> **WHAT YOU HAVE TO DO**
Copy word for word, please, the lines of the entries below running from the one containing "f 53 68 117" to the one containing "f 117 68 118", both ends included.

> **INFORMATION SUPPLIED**
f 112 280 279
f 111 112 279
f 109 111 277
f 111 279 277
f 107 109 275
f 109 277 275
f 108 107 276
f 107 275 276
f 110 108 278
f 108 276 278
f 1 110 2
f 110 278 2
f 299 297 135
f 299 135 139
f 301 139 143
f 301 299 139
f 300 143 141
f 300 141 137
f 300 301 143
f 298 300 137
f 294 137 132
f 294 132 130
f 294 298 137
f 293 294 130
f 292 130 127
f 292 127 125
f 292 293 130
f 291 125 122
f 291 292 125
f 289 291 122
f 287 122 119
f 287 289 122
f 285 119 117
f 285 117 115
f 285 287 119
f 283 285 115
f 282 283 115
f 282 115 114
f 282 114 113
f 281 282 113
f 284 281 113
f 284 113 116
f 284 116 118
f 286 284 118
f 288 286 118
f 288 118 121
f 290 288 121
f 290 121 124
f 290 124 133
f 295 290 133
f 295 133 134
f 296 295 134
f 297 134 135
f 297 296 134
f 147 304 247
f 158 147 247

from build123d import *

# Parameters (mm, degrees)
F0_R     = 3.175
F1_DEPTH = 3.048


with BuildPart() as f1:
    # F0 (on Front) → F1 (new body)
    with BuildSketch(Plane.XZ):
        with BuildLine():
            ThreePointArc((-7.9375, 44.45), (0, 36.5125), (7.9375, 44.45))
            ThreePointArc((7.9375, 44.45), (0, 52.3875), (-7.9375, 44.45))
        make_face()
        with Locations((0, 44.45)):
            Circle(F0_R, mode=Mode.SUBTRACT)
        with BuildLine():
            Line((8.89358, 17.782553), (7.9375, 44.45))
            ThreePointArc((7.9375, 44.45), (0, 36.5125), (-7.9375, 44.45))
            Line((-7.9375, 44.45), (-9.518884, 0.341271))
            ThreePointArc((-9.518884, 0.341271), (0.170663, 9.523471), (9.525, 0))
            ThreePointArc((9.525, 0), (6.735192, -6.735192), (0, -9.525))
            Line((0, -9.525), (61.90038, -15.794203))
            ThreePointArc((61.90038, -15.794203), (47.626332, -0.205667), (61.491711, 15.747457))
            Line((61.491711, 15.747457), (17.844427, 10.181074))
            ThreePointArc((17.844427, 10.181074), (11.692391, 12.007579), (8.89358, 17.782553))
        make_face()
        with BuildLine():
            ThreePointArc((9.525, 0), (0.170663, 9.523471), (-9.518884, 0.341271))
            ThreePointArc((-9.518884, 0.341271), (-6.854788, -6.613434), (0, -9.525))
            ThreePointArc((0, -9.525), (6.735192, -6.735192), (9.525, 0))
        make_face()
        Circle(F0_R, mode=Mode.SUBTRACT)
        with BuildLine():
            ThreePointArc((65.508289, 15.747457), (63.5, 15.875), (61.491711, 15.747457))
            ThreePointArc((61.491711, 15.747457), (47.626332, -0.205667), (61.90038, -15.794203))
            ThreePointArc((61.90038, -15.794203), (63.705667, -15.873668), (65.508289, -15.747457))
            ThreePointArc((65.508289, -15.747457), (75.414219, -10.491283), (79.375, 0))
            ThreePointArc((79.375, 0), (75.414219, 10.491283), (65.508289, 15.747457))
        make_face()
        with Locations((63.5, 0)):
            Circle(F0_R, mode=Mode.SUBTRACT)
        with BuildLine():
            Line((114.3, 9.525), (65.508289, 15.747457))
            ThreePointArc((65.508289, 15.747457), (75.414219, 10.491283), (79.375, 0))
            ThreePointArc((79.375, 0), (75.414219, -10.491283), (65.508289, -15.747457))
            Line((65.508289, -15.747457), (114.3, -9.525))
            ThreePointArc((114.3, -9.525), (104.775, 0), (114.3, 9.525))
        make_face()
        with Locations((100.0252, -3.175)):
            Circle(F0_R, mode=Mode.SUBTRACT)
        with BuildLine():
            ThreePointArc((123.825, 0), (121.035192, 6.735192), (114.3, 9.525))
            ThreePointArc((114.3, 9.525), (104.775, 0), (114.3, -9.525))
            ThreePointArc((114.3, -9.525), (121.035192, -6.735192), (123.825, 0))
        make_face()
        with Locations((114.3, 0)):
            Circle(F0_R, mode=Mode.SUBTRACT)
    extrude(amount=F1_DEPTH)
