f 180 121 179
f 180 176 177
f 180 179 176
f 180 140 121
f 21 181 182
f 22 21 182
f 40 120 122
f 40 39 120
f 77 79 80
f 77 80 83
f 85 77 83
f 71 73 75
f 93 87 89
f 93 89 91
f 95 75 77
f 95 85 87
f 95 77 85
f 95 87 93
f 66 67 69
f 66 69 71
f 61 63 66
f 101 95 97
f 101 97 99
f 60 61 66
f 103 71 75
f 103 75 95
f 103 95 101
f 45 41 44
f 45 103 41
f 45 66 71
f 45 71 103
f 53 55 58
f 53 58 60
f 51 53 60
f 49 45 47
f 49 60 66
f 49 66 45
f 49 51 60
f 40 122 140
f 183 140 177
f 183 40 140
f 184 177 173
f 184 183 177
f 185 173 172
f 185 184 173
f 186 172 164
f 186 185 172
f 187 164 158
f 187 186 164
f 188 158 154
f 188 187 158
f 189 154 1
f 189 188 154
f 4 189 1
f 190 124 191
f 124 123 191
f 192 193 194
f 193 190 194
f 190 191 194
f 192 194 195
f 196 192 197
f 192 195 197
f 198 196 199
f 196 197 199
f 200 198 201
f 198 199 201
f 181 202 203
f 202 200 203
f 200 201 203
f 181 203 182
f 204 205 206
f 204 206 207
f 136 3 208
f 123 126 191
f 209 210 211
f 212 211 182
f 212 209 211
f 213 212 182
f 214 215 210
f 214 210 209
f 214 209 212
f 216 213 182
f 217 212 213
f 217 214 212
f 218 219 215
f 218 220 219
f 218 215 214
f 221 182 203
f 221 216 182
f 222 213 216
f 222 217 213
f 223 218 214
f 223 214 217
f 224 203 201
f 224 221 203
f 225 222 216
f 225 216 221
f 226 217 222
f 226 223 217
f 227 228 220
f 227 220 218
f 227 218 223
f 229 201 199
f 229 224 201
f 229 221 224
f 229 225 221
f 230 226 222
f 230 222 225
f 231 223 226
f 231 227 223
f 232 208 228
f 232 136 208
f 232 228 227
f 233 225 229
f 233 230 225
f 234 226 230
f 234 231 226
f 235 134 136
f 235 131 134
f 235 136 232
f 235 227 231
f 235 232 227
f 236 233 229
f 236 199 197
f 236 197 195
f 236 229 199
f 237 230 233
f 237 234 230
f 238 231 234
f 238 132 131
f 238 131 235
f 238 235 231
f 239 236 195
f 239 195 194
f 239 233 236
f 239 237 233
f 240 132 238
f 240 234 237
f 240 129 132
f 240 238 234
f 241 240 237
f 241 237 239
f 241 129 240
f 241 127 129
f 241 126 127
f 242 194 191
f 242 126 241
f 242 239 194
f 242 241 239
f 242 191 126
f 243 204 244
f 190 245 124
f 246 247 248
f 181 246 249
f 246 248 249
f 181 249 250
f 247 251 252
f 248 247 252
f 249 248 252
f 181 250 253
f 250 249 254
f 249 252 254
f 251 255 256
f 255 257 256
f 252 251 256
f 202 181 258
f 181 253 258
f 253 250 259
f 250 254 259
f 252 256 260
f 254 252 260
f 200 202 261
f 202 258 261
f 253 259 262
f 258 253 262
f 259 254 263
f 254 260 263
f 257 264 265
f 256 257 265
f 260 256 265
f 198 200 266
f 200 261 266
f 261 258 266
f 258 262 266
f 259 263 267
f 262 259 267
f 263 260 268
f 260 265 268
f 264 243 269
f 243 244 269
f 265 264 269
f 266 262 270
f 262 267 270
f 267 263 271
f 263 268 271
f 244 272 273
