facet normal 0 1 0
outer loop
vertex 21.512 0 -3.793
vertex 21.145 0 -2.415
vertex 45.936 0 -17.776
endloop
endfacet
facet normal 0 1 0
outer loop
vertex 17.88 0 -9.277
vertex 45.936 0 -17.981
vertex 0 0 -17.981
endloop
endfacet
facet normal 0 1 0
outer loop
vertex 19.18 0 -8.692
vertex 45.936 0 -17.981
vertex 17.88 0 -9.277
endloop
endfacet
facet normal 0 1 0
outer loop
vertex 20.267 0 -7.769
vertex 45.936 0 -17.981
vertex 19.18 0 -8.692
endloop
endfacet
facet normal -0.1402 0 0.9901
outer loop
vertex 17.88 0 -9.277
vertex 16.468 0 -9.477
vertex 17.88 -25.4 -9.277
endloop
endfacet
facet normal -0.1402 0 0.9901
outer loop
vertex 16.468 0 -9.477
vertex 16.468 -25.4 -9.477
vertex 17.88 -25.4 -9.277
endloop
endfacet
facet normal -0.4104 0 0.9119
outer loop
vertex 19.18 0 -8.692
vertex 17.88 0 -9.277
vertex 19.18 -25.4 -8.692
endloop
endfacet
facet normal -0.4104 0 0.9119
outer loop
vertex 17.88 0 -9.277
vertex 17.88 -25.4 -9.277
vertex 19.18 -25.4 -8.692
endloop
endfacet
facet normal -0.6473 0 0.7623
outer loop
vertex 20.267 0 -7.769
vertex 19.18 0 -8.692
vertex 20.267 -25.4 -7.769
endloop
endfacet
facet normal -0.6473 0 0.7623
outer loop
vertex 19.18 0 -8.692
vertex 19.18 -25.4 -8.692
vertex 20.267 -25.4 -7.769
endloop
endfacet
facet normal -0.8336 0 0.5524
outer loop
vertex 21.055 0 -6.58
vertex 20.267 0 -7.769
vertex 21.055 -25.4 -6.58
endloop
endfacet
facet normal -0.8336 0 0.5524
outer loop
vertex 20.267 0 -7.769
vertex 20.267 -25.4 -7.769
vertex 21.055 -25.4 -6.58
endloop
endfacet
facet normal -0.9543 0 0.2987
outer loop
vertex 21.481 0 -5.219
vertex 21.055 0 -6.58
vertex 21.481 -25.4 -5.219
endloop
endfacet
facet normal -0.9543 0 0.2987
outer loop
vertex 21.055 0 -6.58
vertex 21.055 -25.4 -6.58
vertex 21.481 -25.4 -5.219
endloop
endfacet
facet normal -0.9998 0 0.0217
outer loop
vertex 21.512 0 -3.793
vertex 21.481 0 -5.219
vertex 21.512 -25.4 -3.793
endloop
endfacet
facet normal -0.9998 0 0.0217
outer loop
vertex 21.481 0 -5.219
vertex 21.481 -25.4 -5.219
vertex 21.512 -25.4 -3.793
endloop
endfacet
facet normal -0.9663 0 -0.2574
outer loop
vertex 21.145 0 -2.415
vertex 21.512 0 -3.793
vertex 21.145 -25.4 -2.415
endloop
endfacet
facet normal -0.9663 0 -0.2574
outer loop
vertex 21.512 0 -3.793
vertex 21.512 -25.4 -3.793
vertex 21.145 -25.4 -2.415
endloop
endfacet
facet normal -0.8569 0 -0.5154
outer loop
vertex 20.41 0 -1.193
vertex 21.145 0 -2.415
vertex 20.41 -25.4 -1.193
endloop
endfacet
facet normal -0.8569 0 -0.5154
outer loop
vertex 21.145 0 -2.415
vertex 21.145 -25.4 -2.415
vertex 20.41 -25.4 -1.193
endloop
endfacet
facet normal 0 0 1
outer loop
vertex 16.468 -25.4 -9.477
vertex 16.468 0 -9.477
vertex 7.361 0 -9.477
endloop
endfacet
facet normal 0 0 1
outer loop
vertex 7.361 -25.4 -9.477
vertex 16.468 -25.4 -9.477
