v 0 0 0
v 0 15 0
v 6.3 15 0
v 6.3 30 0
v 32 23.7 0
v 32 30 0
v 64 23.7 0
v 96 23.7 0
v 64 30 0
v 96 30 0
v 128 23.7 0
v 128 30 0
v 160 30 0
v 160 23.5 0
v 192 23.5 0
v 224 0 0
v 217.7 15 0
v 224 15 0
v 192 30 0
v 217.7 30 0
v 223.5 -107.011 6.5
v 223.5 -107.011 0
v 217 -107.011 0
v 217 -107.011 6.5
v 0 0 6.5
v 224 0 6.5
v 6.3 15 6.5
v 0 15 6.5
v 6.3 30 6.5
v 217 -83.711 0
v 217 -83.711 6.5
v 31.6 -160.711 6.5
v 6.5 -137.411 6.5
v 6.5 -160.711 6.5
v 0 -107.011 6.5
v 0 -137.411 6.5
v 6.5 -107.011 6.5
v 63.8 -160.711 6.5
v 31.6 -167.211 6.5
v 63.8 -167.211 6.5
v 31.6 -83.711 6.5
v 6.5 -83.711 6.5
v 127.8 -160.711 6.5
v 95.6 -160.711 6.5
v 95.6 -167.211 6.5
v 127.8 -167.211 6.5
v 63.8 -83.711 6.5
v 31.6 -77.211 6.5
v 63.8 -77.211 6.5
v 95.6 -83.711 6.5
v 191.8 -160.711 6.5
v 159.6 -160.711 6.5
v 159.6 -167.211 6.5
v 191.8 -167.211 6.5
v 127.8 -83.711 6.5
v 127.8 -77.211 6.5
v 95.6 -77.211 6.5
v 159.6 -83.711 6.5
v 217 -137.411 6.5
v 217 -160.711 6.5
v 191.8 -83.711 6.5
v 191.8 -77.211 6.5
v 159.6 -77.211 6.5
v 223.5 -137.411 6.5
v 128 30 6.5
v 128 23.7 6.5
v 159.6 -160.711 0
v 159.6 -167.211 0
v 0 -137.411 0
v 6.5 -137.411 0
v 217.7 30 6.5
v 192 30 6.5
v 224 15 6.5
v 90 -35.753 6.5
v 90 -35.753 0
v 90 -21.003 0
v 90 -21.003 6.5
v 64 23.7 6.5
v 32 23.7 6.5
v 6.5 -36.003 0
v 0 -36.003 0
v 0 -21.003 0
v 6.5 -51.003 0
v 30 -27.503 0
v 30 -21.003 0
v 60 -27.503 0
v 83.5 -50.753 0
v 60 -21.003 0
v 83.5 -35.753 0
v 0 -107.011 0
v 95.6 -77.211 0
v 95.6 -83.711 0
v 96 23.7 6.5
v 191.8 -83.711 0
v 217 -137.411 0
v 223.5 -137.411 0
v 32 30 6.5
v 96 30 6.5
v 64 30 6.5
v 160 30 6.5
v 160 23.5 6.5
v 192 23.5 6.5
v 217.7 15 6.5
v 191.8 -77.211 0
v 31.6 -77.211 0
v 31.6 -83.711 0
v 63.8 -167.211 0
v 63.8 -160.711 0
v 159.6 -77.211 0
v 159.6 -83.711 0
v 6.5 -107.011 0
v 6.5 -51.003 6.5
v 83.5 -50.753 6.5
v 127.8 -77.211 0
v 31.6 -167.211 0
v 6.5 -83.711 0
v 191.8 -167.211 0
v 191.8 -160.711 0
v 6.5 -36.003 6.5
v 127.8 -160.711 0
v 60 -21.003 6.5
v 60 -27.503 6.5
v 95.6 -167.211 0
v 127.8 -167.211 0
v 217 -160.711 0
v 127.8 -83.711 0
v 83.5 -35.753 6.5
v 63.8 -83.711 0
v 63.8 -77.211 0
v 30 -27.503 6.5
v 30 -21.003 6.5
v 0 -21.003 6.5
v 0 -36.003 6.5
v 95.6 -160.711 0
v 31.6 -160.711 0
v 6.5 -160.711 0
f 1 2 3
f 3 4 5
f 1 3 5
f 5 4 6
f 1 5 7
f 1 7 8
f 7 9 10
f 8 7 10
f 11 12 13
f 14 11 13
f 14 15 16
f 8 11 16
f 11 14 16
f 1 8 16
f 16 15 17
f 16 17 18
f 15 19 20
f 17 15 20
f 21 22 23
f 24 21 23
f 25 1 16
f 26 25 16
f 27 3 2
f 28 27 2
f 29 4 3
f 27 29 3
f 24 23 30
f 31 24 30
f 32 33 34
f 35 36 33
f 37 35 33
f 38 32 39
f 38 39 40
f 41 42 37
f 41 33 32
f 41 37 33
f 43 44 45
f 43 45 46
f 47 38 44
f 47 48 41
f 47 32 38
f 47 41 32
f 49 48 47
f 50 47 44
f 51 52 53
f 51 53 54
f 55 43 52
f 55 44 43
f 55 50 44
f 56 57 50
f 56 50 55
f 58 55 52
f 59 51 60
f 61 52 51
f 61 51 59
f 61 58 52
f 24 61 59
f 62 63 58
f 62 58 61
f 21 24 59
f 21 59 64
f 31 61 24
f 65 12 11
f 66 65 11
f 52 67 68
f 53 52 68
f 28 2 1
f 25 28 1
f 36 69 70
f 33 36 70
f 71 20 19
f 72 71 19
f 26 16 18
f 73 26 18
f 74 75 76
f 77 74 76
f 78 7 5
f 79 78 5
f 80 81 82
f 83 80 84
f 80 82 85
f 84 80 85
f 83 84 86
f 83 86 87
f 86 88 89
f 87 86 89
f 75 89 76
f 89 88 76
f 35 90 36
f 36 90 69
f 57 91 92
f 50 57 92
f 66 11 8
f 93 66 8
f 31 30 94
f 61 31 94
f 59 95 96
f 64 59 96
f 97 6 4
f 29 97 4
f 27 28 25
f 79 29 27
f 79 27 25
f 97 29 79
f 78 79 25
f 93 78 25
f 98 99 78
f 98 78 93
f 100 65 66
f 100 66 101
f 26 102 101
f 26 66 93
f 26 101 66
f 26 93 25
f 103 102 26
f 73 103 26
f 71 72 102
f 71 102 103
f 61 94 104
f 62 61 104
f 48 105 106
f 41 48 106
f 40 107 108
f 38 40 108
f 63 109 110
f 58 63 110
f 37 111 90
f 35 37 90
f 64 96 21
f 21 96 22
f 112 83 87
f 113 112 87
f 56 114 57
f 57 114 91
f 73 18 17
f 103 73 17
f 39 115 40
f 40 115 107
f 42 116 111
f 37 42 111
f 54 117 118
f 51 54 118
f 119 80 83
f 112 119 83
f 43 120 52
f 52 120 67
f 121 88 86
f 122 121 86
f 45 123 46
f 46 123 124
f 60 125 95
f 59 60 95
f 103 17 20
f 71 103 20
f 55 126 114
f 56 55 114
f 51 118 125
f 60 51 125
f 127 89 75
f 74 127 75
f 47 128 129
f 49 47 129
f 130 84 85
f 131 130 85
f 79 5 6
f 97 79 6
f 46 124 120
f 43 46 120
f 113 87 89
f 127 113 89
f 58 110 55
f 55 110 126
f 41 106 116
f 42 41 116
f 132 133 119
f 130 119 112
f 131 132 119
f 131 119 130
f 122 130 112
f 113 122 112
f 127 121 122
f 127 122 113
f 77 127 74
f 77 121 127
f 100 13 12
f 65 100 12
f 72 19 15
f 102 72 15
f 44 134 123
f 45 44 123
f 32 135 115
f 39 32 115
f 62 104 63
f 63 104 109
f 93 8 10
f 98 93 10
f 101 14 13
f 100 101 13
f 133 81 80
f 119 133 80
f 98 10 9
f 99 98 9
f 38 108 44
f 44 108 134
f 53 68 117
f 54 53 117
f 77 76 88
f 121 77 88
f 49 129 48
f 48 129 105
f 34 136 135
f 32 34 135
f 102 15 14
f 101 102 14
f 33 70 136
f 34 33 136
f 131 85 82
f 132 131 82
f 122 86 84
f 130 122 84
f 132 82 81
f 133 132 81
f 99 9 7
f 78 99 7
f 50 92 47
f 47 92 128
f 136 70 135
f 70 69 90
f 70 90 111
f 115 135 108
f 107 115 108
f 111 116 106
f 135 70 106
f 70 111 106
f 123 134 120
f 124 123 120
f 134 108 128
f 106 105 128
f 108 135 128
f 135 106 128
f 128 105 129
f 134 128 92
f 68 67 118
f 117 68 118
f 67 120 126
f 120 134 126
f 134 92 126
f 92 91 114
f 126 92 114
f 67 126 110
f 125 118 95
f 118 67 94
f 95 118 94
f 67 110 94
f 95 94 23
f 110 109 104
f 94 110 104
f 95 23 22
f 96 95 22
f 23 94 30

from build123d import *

# Parameters (mm, degrees)
F1_DEPTH = 6.5
F3_DEPTH = 6.5
F5_DEPTH = 6.5


with BuildPart() as f1:
    # F0 (on Top) → F1 (new body)
    with BuildSketch(Plane.XY):
        Polygon((32, 23.7), (32, 30), (6.3, 30), (6.3, 15), (0, 15), (0, 0), (224, 0), (224, 15), (217.7, 15), (217.7, 30), (192, 30), (192, 23.5), (160, 23.5), (160, 30), (128, 30), (128, 23.7), (96, 23.7), (96, 30), (64, 30), (64, 23.7), align=None)
    extrude(amount=F1_DEPTH)


with BuildPart() as f3:
    # F2 (on Top) → F3 (new body)
    with BuildSketch(Plane.XY):
        Polygon((30, -21.002606), (0, -21.002606), (0, -36.002606), (6.5, -36.002606), (6.5, -51.002606), (83.499998, -50.752603), (83.499998, -35.752603), (90, -35.752603), (90, -21.002606), (60, -21.002606), (60, -27.502606), (30, -27.502606), align=None)
    extrude(amount=F3_DEPTH)


with BuildPart() as f5:
    # F4 (on Top) → F5 (new body)
    with BuildSketch(Plane.XY):
        Polygon((6.5, -83.711147), (6.5, -107.011147), (0, -107.011147), (0, -137.411147), (6.5, -137.411147), (6.5, -160.711147), (31.6, -160.711147), (31.6, -167.211147), (63.8, -167.211147), (63.8, -160.711147), (95.6, -160.711147), (95.6, -167.211147), (127.8, -167.211147), (127.8, -160.711147), (159.6, -160.711147), (159.6, -167.211147), (191.8, -167.211147), (191.8, -160.711147), (217, -160.711147), (217, -137.411147), (223.5, -137.411147), (223.5, -107.011147), (217, -107.011147), (217, -83.711147), (191.8, -83.711147), (191.8, -77.211147), (159.6, -77.211147), (159.6, -83.711147), (127.8, -83.711147), (127.8, -77.211147), (95.6, -77.211147), (95.6, -83.711147), (63.8, -83.711147), (63.8, -77.211147), (31.6, -77.211147), (31.6, -83.711147), align=None)
    extrude(amount=F5_DEPTH)


solid = Compound([f1.part, f3.part, f5.part])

> **SOLUTION FOR THIS EXERCISE**
f 53 68 117
f 54 53 117
f 77 76 88
f 121 77 88
f 49 129 48
f 48 129 105
f 34 136 135
f 32 34 135
f 102 15 14
f 101 102 14
f 33 70 136
f 34 33 136
f 131 85 82
f 132 131 82
f 122 86 84
f 130 122 84
f 132 82 81
f 133 132 81
f 99 9 7
f 78 99 7
f 50 92 47
f 47 92 128
f 136 70 135
f 70 69 90
f 70 90 111
f 115 135 108
f 107 115 108
f 111 116 106
f 135 70 106
f 70 111 106
f 123 134 120
f 124 123 120
f 134 108 128
f 106 105 128
f 108 135 128
f 135 106 128
f 128 105 129
f 134 128 92
f 68 67 118
f 117 68 118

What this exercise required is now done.